Yesterday Mr Bonfield was denying that his systems expertise would lead to big changes at BT, apart from an order to turn up the air-conditioning, which he found too chilly. But an understanding of the digital revolution cannot be a drawback at a company facing accelerating technical change.
Running the company as chief executive is not the most serious challenge he will face. The really big issue at BT is the open warfare that has broken out with Don Cruickshank, the telecoms regulator. This will dominate the company's fortunes over the next 10 years, since the outcome will affect BT's ability to preserve its core business and to compete with newcomers in the telecommunications industry.
Battle lines were drawn on Thursday, when Sir Iain said Mr Cruickshank was going beyond his regulatory role by siding with BT's competitors and distorting the marketplace, turning himself into a competition authority. Mr Cruickshank, for his part, repeated his long-standing complaint about BT's expertise in getting round the regulatory rules. He is drawing up a new regulatory regime, which if approved, would allow him to define anti-competitive behaviour and order the company to stop it while an investigation takes place.
BT's objections are so vehement that it is now a foregone conclusion that, unless Mr Cruickshank backs down, the whole issue will end up with the Monopolies and Mergers Commission for adjudication.
That is bound to be the issue on which Mr Bonfield's stewardship at BT will be judged. He and Sir Iain Vallance, who continues for the moment as full-time chairman, are said to be as one in their views on Mr Cruickshank and it looks as if they are planning to run a double act. The bland Sir Iain will be cast as Mr Nice and the outspoken Mr Bonfield as Mr Nasty, as they attempt to put the boot in to the regulator.

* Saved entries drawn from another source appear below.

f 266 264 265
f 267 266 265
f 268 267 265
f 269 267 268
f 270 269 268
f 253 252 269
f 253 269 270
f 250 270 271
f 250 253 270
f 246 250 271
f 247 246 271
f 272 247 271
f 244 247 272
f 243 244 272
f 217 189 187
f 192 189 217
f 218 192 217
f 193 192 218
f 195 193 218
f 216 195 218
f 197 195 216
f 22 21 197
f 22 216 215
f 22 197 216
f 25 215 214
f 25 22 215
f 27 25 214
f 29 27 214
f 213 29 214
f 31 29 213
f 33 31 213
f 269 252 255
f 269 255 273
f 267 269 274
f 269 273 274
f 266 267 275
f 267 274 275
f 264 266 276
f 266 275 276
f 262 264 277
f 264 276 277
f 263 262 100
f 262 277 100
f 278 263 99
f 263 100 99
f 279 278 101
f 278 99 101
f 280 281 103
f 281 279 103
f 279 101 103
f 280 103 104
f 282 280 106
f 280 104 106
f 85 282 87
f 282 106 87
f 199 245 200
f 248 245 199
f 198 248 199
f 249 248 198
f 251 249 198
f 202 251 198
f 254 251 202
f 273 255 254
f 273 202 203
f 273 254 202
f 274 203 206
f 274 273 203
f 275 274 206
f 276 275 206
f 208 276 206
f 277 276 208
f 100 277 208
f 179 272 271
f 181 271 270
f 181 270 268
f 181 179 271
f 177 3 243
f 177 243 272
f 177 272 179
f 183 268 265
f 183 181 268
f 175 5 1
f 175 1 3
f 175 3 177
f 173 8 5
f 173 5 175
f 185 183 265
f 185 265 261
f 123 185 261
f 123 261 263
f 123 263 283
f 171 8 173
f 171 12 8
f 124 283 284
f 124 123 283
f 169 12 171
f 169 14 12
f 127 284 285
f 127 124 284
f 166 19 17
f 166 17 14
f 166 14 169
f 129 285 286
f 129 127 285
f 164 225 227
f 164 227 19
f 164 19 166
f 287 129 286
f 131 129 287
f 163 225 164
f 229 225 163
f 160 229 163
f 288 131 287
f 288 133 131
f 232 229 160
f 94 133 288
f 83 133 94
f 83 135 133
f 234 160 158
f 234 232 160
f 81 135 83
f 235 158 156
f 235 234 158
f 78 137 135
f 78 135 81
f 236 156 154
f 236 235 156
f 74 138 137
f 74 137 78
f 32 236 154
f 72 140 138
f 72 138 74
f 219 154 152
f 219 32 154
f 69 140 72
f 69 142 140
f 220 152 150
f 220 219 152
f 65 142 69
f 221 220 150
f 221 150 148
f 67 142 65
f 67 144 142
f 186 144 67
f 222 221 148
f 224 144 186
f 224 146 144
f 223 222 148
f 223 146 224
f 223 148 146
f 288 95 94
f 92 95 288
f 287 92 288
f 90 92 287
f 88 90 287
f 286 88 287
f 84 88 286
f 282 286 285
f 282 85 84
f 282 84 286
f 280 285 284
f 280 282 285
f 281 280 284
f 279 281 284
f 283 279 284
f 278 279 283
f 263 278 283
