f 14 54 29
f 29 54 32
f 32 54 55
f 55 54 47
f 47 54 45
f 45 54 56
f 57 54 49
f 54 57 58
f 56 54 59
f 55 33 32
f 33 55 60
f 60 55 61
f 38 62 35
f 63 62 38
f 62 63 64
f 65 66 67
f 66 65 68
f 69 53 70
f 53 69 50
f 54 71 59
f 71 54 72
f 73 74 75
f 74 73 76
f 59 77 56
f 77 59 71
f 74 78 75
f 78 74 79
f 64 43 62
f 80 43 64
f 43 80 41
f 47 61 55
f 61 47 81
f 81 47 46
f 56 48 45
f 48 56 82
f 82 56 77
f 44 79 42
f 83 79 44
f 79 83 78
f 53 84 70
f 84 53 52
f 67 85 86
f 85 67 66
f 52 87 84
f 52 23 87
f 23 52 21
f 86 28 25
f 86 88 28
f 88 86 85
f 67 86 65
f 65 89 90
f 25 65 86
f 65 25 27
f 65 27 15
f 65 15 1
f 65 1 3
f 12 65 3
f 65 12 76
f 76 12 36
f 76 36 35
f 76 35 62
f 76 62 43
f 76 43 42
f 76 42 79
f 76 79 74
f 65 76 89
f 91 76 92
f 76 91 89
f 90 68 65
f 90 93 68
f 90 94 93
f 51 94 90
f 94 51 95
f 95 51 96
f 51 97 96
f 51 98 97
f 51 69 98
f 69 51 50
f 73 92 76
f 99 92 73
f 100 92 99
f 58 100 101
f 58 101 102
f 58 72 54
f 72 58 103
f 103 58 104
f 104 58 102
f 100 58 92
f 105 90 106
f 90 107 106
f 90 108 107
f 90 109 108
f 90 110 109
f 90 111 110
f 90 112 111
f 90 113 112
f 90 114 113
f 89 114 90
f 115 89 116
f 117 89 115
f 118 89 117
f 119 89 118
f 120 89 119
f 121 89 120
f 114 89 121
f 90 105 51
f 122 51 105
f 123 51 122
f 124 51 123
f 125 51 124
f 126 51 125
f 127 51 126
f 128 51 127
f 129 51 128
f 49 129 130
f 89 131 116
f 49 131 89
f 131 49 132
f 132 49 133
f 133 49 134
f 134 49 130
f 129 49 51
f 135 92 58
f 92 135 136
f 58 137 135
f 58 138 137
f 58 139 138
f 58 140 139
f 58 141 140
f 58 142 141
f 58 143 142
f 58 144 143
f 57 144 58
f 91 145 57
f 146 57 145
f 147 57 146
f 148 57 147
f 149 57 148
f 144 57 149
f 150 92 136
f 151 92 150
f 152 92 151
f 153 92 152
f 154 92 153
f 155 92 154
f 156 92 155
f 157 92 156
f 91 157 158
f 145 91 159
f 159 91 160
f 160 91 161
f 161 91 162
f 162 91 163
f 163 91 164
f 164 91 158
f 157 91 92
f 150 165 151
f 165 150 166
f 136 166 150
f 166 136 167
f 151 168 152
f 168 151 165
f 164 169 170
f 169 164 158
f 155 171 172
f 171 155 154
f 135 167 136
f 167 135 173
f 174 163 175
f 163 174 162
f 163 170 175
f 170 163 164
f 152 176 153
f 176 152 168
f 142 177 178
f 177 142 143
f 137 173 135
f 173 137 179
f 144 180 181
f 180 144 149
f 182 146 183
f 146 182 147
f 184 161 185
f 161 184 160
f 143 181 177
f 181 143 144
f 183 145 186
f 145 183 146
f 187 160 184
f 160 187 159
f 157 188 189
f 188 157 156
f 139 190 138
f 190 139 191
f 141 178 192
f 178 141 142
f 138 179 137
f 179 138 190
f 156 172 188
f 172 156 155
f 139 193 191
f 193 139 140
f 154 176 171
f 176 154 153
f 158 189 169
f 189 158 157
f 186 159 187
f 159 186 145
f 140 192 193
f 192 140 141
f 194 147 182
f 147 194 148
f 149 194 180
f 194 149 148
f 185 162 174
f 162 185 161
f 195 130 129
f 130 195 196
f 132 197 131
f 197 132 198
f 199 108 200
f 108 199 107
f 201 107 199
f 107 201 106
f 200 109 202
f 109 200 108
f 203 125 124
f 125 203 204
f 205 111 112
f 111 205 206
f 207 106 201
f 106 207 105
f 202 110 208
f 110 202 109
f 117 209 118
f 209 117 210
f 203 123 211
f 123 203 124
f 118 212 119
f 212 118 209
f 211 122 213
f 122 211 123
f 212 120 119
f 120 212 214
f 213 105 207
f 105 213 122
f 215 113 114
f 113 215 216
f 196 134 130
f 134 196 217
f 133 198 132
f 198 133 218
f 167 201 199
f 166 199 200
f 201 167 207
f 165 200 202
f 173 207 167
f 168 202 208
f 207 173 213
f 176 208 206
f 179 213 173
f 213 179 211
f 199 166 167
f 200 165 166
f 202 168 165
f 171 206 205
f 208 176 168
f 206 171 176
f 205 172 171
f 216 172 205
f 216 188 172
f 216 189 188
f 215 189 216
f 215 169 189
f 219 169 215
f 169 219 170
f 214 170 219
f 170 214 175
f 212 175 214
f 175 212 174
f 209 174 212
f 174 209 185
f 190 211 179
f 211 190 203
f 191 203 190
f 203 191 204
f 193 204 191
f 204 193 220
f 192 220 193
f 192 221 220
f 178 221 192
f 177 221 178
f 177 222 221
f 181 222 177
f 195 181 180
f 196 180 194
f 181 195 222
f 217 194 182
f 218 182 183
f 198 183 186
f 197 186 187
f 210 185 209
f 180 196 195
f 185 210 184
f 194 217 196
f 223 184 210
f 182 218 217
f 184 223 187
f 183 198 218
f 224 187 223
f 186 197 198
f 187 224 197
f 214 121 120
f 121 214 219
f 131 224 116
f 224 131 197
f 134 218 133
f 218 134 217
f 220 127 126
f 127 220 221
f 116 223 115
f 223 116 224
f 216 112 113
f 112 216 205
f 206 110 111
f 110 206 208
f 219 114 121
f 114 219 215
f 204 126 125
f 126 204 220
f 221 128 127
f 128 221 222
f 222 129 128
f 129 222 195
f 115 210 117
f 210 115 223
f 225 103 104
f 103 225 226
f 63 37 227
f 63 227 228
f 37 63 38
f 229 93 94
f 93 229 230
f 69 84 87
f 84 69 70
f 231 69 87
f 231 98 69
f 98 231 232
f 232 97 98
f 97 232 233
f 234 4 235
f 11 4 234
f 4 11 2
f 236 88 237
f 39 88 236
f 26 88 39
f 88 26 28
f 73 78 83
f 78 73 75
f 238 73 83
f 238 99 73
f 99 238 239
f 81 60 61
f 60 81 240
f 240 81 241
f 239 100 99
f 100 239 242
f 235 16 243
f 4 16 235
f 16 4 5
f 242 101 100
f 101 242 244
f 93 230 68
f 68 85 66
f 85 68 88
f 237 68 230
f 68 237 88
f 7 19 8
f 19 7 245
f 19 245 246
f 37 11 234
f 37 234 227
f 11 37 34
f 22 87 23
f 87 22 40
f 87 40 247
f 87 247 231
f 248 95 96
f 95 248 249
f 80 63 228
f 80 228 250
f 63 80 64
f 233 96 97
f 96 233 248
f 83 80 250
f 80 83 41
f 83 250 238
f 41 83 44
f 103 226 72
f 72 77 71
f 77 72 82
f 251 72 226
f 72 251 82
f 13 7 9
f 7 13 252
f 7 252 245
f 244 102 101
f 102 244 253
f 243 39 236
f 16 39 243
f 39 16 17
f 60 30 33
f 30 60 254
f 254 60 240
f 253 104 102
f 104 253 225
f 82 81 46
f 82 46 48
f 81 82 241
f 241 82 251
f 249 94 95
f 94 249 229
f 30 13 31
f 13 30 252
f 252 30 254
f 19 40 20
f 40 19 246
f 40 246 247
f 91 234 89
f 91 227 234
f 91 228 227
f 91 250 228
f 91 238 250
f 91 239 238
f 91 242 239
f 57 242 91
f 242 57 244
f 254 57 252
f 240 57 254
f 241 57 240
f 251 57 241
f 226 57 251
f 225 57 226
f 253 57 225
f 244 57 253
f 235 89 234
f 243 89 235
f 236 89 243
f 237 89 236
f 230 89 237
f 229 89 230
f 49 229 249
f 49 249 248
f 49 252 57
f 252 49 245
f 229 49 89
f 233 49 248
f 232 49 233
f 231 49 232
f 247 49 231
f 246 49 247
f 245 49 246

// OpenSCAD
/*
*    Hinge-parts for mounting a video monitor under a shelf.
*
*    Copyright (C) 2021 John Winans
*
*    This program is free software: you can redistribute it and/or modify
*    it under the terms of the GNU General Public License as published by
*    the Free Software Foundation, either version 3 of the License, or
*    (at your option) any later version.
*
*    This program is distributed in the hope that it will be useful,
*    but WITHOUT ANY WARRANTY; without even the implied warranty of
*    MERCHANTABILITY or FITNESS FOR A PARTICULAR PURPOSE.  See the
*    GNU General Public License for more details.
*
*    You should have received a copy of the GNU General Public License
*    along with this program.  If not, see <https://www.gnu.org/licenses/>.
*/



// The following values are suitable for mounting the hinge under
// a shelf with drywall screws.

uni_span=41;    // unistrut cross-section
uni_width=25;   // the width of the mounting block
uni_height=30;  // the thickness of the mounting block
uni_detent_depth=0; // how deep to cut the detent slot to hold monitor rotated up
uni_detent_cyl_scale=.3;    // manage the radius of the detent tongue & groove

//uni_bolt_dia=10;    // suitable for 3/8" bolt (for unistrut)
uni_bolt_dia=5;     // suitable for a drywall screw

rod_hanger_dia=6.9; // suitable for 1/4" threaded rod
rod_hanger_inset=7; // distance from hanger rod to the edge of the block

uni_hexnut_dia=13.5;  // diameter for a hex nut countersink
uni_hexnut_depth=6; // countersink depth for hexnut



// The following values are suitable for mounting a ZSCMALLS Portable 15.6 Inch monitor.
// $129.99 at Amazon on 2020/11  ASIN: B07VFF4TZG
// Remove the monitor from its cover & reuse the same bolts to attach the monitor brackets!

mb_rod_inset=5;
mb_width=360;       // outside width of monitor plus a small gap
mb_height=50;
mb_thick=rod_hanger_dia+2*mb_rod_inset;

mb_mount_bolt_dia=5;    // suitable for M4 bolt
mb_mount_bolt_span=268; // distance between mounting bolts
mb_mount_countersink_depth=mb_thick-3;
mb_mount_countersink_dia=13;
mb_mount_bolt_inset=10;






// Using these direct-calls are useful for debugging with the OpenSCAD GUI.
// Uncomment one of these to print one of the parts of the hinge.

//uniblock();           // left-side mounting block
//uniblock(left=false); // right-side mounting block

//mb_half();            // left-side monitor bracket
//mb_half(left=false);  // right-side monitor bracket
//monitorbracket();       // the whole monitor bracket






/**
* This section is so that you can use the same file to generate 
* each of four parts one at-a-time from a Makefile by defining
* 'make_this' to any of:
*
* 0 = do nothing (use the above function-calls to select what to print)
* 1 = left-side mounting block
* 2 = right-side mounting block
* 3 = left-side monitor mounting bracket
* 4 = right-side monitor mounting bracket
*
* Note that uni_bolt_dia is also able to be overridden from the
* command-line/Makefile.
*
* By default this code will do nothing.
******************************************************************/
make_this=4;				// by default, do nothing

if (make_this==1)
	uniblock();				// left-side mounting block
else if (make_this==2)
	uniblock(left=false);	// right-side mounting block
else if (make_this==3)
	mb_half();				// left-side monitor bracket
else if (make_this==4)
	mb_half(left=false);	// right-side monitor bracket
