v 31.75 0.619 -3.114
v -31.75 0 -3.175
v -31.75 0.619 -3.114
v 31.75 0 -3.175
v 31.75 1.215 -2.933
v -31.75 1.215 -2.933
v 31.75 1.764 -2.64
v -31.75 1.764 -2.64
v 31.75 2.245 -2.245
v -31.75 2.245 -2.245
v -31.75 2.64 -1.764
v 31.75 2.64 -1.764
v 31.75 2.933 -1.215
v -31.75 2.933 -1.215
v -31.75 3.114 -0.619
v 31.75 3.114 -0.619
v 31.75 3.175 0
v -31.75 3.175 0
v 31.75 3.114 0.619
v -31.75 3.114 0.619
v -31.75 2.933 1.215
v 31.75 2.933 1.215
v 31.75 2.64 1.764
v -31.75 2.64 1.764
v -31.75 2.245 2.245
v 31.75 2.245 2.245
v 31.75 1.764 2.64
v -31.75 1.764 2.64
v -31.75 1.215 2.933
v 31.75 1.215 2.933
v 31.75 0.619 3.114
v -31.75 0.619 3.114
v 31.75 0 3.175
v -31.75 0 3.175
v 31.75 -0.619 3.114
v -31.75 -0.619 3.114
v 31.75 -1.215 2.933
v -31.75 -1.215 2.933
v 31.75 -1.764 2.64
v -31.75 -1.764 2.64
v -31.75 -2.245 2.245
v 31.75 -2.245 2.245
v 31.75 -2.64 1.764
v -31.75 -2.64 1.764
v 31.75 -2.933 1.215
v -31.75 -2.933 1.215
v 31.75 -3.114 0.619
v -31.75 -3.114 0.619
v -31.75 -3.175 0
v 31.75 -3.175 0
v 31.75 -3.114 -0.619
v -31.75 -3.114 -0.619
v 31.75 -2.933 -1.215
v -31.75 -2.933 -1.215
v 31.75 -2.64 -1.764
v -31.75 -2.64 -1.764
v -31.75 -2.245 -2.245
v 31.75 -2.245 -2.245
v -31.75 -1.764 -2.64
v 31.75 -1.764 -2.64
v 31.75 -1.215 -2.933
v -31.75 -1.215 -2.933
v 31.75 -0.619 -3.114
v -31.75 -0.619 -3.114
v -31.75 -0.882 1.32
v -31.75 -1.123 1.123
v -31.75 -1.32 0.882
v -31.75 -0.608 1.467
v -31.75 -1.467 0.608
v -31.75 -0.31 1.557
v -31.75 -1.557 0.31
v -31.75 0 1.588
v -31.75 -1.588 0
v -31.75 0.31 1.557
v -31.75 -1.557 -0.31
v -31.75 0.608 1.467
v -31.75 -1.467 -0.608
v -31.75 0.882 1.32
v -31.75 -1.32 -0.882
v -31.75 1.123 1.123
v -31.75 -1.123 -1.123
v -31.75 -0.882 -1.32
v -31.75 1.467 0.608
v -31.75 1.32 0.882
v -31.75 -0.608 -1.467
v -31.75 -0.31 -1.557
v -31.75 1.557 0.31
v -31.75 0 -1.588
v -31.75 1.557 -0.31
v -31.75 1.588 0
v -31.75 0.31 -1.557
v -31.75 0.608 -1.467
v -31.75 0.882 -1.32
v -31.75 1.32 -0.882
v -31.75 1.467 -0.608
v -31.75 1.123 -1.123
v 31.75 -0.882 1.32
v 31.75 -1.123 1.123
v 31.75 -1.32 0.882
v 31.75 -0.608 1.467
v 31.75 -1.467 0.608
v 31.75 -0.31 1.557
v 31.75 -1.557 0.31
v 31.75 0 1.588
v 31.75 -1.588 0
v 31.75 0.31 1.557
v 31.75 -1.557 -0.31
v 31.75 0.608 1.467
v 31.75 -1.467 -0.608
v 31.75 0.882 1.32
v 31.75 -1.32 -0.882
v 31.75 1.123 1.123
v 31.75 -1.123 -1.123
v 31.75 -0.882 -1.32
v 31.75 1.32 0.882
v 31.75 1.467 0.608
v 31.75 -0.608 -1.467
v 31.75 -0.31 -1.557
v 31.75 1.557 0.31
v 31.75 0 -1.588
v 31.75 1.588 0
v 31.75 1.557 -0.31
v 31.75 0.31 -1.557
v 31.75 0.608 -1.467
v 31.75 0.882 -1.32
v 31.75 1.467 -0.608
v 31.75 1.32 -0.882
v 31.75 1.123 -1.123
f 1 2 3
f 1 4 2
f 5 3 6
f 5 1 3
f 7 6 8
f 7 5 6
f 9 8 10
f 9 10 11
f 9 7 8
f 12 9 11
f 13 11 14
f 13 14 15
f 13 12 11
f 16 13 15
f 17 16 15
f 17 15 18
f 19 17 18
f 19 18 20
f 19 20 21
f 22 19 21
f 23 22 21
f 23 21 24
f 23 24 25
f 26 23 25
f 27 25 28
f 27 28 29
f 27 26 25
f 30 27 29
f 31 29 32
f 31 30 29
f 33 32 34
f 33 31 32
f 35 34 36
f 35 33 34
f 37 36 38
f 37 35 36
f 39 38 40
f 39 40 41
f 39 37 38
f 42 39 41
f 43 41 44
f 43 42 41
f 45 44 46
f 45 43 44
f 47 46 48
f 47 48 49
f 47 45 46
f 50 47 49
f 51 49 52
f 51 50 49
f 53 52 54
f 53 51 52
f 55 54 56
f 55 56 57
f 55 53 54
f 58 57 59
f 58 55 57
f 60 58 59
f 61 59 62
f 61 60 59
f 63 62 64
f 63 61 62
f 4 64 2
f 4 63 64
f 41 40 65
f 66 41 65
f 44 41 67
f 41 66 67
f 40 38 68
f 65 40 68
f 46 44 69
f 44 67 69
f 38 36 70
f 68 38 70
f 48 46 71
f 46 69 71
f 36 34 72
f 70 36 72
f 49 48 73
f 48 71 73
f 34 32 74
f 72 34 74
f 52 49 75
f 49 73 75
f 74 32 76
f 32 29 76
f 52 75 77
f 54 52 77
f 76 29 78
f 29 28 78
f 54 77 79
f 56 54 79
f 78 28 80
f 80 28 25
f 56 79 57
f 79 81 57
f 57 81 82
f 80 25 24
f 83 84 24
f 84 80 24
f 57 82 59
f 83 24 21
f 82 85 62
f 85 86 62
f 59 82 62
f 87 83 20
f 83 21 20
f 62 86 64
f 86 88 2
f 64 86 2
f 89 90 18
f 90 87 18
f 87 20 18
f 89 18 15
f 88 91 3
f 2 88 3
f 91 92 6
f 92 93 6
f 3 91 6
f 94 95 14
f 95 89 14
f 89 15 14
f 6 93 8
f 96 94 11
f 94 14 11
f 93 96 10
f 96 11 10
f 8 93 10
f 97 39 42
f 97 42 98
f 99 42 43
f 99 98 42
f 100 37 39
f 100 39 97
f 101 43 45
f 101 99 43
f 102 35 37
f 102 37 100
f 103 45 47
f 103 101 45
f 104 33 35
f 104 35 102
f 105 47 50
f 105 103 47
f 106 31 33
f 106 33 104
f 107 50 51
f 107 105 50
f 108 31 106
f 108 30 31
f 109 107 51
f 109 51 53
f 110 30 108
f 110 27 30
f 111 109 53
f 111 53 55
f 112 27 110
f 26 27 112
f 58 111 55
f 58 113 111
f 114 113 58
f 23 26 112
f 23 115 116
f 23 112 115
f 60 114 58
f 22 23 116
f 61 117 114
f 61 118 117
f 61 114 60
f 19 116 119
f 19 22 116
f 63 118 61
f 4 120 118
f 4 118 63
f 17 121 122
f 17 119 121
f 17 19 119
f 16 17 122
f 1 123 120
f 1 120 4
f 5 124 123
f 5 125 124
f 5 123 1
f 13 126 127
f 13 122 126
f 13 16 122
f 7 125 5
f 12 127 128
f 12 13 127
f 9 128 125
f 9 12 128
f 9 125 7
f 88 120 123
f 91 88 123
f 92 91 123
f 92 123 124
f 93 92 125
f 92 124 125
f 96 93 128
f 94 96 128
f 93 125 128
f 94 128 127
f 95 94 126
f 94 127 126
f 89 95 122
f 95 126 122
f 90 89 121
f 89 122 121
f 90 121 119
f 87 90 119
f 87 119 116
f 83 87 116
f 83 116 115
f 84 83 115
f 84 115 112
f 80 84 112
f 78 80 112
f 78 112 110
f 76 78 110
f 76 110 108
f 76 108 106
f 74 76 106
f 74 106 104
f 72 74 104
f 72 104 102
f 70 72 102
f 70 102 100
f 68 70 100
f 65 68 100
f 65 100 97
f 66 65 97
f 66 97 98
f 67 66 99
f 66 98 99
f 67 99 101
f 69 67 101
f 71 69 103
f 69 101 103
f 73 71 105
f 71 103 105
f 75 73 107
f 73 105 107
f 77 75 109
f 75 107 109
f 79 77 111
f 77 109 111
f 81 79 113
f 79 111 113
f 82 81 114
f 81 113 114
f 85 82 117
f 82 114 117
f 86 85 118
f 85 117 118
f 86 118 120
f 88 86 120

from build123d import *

# Parameters (mm, degrees)
SKETCH1_R           = 6.35
BOSS_EXTRUDE1_DEPTH = 63.5
SKETCH2_R           = 3.175
CUT_EXTRUDE1_DEPTH  = 128.317104114
SCALE1_SCALE        = 0.5


with BuildPart() as part:
    # Sketch1 → Boss-Extrude1 (new, symmetric)
    with BuildSketch(Plane(origin=(0, 0, 0), x_dir=(0, 0, -1), z_dir=(1, 0, 0))):
        Circle(SKETCH1_R)
    extrude(amount=BOSS_EXTRUDE1_DEPTH, both=True)

    # Sketch2 → Cut-Extrude1 (cut, through all)
    with BuildSketch(Plane(origin=(63.5, 0, 0), x_dir=(0, 0, -1), z_dir=(1, 0, 0))):
        Circle(SKETCH2_R)
    extrude(amount=-CUT_EXTRUDE1_DEPTH, mode=Mode.SUBTRACT)


with BuildPart() as part_1:
    # Scale1: scaled about (0, 0, 0)
    add(part.part.scale(SCALE1_SCALE))


solid = part_1.part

This is a sad and dangerous situation for both sides. Nobody questions the need for a regulator to put pressure on BT, which is still the dominant telecommunications company in Britain, after a decade of government encouragement to competitors.
There have indeed been tremendous improvements over that period in customer service, and Oftel can take plenty of the credit for it.
But this row could have highly unpredictable results. Early this year, the City probably underestimated Mr Cruickshank's power to cause trouble. The share price fall since then suggests this risk has been fully taken on board. But whatever happens, it would be rash to assume the outcome of the row will be to the benefit of BT.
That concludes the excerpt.